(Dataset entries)
= = =
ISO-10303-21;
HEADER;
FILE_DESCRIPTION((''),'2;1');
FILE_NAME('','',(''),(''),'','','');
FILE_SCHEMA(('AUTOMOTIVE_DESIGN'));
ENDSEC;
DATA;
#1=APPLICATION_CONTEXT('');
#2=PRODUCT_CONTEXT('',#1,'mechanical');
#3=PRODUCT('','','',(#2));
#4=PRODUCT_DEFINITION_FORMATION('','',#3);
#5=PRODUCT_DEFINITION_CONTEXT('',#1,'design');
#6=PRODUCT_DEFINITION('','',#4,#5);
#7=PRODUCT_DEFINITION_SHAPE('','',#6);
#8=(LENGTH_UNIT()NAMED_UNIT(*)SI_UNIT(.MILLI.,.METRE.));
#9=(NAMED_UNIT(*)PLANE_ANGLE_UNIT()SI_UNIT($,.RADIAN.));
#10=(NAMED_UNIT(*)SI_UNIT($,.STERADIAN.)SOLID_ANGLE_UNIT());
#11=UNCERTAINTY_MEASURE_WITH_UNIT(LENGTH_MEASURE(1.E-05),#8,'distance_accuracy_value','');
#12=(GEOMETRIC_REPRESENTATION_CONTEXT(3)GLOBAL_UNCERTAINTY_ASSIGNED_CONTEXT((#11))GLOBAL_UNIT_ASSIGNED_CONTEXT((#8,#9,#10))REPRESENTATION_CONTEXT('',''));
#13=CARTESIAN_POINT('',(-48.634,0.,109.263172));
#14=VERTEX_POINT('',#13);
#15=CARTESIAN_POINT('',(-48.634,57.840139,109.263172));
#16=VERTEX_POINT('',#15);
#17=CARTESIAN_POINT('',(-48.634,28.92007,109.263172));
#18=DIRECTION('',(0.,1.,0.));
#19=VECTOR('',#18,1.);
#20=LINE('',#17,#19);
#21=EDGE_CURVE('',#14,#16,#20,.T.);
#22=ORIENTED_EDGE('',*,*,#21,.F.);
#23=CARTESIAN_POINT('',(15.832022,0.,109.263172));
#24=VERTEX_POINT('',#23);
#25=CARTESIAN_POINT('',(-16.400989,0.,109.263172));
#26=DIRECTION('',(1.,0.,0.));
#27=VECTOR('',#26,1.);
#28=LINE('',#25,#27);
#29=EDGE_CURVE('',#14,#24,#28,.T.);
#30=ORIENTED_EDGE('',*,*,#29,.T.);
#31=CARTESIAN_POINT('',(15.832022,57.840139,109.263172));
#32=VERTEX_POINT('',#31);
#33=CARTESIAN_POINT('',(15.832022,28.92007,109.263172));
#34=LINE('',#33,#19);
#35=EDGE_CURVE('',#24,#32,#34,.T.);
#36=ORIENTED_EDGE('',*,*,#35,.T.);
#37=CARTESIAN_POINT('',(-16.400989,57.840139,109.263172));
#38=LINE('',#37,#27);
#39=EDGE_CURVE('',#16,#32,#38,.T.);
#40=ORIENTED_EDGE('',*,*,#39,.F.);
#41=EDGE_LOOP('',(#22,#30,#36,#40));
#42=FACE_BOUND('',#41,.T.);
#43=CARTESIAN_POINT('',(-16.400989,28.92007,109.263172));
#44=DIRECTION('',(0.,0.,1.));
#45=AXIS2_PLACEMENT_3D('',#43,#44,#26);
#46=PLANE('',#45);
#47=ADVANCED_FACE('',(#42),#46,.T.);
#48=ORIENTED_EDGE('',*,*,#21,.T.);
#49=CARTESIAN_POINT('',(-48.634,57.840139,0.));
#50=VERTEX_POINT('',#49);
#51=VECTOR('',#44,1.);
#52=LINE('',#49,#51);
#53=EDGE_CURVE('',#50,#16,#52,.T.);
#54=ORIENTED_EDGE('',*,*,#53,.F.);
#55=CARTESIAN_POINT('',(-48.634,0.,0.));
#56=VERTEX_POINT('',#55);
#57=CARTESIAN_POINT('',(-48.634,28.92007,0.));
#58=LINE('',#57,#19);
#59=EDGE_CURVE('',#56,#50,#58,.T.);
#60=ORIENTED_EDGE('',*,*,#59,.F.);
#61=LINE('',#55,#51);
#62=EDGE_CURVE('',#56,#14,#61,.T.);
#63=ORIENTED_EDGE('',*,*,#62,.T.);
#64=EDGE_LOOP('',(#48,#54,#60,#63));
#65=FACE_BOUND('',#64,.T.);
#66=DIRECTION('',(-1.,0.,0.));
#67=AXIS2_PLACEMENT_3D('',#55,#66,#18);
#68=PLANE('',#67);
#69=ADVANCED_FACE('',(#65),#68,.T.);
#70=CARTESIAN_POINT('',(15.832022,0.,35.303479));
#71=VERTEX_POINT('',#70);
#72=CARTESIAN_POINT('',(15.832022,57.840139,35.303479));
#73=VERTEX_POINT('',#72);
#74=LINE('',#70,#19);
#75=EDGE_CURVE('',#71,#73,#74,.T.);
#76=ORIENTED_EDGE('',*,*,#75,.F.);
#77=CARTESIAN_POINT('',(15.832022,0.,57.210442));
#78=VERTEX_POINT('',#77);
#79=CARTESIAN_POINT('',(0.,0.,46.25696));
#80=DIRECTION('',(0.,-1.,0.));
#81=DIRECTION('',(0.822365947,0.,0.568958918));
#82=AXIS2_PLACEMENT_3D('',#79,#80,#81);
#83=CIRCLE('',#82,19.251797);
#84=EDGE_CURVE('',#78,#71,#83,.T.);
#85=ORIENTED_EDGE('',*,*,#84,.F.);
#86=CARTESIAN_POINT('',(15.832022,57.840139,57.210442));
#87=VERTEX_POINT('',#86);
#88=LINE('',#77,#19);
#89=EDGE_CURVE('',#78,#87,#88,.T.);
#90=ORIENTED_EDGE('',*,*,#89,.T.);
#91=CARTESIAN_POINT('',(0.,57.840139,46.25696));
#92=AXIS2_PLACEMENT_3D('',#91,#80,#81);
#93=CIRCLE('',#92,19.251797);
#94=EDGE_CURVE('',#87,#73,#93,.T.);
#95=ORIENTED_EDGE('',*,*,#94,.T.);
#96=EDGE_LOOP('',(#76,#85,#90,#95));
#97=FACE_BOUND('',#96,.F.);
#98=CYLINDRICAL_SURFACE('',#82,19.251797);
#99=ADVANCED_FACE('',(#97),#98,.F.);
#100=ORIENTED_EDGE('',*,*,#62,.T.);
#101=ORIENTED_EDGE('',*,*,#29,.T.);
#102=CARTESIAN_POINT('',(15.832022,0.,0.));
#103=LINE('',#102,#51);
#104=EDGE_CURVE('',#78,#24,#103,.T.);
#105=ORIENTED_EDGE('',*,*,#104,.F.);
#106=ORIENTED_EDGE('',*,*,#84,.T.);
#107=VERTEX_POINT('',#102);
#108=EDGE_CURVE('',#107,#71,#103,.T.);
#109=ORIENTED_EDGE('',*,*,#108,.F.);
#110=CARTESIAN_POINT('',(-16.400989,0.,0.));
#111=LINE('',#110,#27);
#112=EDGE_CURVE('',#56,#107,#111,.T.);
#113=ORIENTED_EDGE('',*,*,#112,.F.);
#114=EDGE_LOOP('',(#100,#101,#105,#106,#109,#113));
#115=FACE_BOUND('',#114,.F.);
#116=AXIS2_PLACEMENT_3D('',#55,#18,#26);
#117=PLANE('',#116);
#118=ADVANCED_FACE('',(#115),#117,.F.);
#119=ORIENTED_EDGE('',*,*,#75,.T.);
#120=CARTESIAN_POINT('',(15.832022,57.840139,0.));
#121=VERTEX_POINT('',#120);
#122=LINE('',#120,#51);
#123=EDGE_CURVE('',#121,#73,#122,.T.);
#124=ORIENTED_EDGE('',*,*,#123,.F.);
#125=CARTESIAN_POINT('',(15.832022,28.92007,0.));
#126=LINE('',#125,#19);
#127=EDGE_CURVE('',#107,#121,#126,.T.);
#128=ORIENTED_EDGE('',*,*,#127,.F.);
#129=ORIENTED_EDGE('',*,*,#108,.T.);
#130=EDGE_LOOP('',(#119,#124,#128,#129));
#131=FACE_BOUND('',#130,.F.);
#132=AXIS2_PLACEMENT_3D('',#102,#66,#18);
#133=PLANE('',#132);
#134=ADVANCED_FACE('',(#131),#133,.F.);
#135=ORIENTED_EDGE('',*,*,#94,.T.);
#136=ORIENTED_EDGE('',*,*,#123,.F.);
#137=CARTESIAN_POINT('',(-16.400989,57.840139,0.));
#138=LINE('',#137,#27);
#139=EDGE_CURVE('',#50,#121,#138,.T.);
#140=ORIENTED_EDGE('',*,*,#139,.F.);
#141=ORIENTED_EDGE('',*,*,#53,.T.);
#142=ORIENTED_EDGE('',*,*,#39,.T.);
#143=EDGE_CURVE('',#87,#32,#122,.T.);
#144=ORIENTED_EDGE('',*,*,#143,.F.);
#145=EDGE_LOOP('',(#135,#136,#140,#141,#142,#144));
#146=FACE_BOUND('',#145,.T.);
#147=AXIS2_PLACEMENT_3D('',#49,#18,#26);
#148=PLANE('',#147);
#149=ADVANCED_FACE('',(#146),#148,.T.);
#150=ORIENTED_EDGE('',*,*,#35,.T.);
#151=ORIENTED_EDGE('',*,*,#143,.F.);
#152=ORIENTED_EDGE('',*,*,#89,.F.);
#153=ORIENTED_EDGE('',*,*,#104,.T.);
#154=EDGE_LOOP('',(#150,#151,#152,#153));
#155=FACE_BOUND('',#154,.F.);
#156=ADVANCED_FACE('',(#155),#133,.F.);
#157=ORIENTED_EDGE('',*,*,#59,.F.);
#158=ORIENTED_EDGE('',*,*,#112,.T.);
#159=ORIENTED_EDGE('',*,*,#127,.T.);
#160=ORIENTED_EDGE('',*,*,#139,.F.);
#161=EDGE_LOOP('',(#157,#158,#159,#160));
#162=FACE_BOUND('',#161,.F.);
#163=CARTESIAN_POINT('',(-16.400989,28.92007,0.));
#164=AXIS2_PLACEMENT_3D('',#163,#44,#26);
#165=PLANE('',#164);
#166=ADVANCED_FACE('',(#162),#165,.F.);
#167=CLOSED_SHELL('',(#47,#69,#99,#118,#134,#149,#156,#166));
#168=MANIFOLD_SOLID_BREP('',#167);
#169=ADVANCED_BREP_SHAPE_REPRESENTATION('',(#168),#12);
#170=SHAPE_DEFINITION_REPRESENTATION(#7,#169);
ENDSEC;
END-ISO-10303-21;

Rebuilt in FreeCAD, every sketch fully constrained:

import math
import FreeCAD as App
import Part
import Sketcher
from FreeCAD import Vector
Q = App.Units.Quantity


def add_polygon(sketch, points):
    """Adds a closed chain of lines whose ends are joined by coincident constraints."""
    first, n = sketch.GeometryCount, len(points)
    for a, b in zip(points, points[1:] + points[:1]):
        sketch.addGeometry(Part.LineSegment(App.Vector(*a, 0), App.Vector(*b, 0)), False)
    for i in range(n):
        sketch.addConstraint(Sketcher.Constraint("Coincident", first + i, 2, first + (i + 1) % n, 1))

doc = App.newDocument("Part")
body = doc.addObject("PartDesign::Body", "Body")

# Sketch on XY plane
sketch1 = body.newObject("Sketcher::SketchObject", "Sketch")
sketch1.AttachmentSupport = (doc.getObject("XY_Plane"), [""])
sketch1.MapMode = "FlatFace"
add_polygon(sketch1, [(-49, 58), (-49, 0), (16, 0), (16, 58)])  # lines 0-3
sketch1.addConstraint([
    Sketcher.Constraint("Vertical", 0),
    Sketcher.Constraint("Horizontal", 1),
    Sketcher.Constraint("Vertical", 2),
    Sketcher.Constraint("Horizontal", 3),
    Sketcher.Constraint("PointOnObject", 0, 2, -1),
    Sketcher.Constraint("DistanceX", 1, 1, 1, 2, Q("64.466022 mm")),
    Sketcher.Constraint("DistanceY", 0, 2, 0, 1, Q("57.840139 mm")),
    Sketcher.Constraint("DistanceX", 0, 2, -1, 1, Q("48.634 mm")),
])
pad1 = body.newObject("PartDesign::Pad", "Pad")
pad1.Profile = sketch1
pad1.Length = 109.263172

# Sketch on XZ plane
sketch2 = body.newObject("Sketcher::SketchObject", "Sketch001")
sketch2.AttachmentSupport = (doc.getObject("XZ_Plane"), [""])
sketch2.MapMode = "FlatFace"
sketch2.addGeometry([
    Part.ArcOfCircle(Part.Circle(Vector(0, 46, 0), Vector(0, 0, 1), 19), math.radians(-35), math.radians(0)),
    Part.ArcOfCircle(Part.Circle(Vector(0, 46, 0), Vector(0, 0, 1), 19), math.radians(0), math.radians(35)),
    Part.LineSegment(Vector(16, 57, 0), Vector(16, 35, 0)),
], False)
sketch2.addConstraint([
    Sketcher.Constraint("Tangent", 0, 2, 1, 1),
    Sketcher.Constraint("Coincident", 1, 2, 2, 1),
    Sketcher.Constraint("Coincident", 2, 2, 0, 1),
    Sketcher.Constraint("Vertical", 2),
    Sketcher.Constraint("PointOnObject", 0, 3, -2),
    Sketcher.Constraint("Horizontal", 1, 3, 0, 2),
    Sketcher.Constraint("Radius", 0, Q("19.251799 mm")),
    Sketcher.Constraint("Radius", 1, Q("19.251792 mm")),
    Sketcher.Constraint("DistanceY", 2, 2, 2, 1, Q("21.906963 mm")),
    Sketcher.Constraint("DistanceY", -1, 1, 0, 3, Q("46.256961 mm")),
])
pocket1 = body.newObject("PartDesign::Pocket", "Pocket")
pocket1.Profile = sketch2
pocket1.Length = Q("1 in")

# Sketch on XZ plane
sketch3 = body.newObject("Sketcher::SketchObject", "Sketch002")
sketch3.AttachmentSupport = (doc.getObject("XZ_Plane"), [""])
sketch3.MapMode = "FlatFace"
sketch3.addGeometry([
    Part.ArcOfCircle(Part.Circle(Vector(0, 46, 0), Vector(0, 0, 1), 19), math.radians(35), math.radians(325)),
    Part.LineSegment(Vector(16, 35, 0), Vector(16, 57, 0)),
], False)
sketch3.addConstraint([
    Sketcher.Constraint("Coincident", 0, 1, 1, 2),
    Sketcher.Constraint("Coincident", 1, 1, 0, 2),
    Sketcher.Constraint("Vertical", 1),
    Sketcher.Constraint("PointOnObject", 0, 3, -2),
    Sketcher.Constraint("Radius", 0, Q("19.251797 mm")),
    Sketcher.Constraint("DistanceY", 1, 1, 1, 2, Q("21.906963 mm")),
    Sketcher.Constraint("DistanceY", -1, 1, 0, 3, Q("46.25696 mm")),
])
pocket2 = body.newObject("PartDesign::Pocket", "Pocket001")
pocket2.Profile = sketch3
pocket2.Length = 80.09805

doc.recompute()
= = =
What is required:
Looking at the records above, return exactly the lines from the line with "#69=ADVANCED_FACE('',(#65),#68,.T.);" to the line with "#113=ORIENTED_EDGE('',*,*,#112,.F.);", both ends included.

Task response:
#69=ADVANCED_FACE('',(#65),#68,.T.);
#70=CARTESIAN_POINT('',(15.832022,0.,35.303479));
#71=VERTEX_POINT('',#70);
#72=CARTESIAN_POINT('',(15.832022,57.840139,35.303479));
#73=VERTEX_POINT('',#72);
#74=LINE('',#70,#19);
#75=EDGE_CURVE('',#71,#73,#74,.T.);
#76=ORIENTED_EDGE('',*,*,#75,.F.);
#77=CARTESIAN_POINT('',(15.832022,0.,57.210442));
#78=VERTEX_POINT('',#77);
#79=CARTESIAN_POINT('',(0.,0.,46.25696));
#80=DIRECTION('',(0.,-1.,0.));
#81=DIRECTION('',(0.822365947,0.,0.568958918));
#82=AXIS2_PLACEMENT_3D('',#79,#80,#81);
#83=CIRCLE('',#82,19.251797);
#84=EDGE_CURVE('',#78,#71,#83,.T.);
#85=ORIENTED_EDGE('',*,*,#84,.F.);
#86=CARTESIAN_POINT('',(15.832022,57.840139,57.210442));
#87=VERTEX_POINT('',#86);
#88=LINE('',#77,#19);
#89=EDGE_CURVE('',#78,#87,#88,.T.);
#90=ORIENTED_EDGE('',*,*,#89,.T.);
#91=CARTESIAN_POINT('',(0.,57.840139,46.25696));
#92=AXIS2_PLACEMENT_3D('',#91,#80,#81);
#93=CIRCLE('',#92,19.251797);
#94=EDGE_CURVE('',#87,#73,#93,.T.);
#95=ORIENTED_EDGE('',*,*,#94,.T.);
#96=EDGE_LOOP('',(#76,#85,#90,#95));
#97=FACE_BOUND('',#96,.F.);
#98=CYLINDRICAL_SURFACE('',#82,19.251797);
#99=ADVANCED_FACE('',(#97),#98,.F.);
#100=ORIENTED_EDGE('',*,*,#62,.T.);
#101=ORIENTED_EDGE('',*,*,#29,.T.);
#102=CARTESIAN_POINT('',(15.832022,0.,0.));
#103=LINE('',#102,#51);
#104=EDGE_CURVE('',#78,#24,#103,.T.);
#105=ORIENTED_EDGE('',*,*,#104,.F.);
#106=ORIENTED_EDGE('',*,*,#84,.T.);
#107=VERTEX_POINT('',#102);
#108=EDGE_CURVE('',#107,#71,#103,.T.);
#109=ORIENTED_EDGE('',*,*,#108,.F.);
#110=CARTESIAN_POINT('',(-16.400989,0.,0.));
#111=LINE('',#110,#27);
#112=EDGE_CURVE('',#56,#107,#111,.T.);
#113=ORIENTED_EDGE('',*,*,#112,.F.);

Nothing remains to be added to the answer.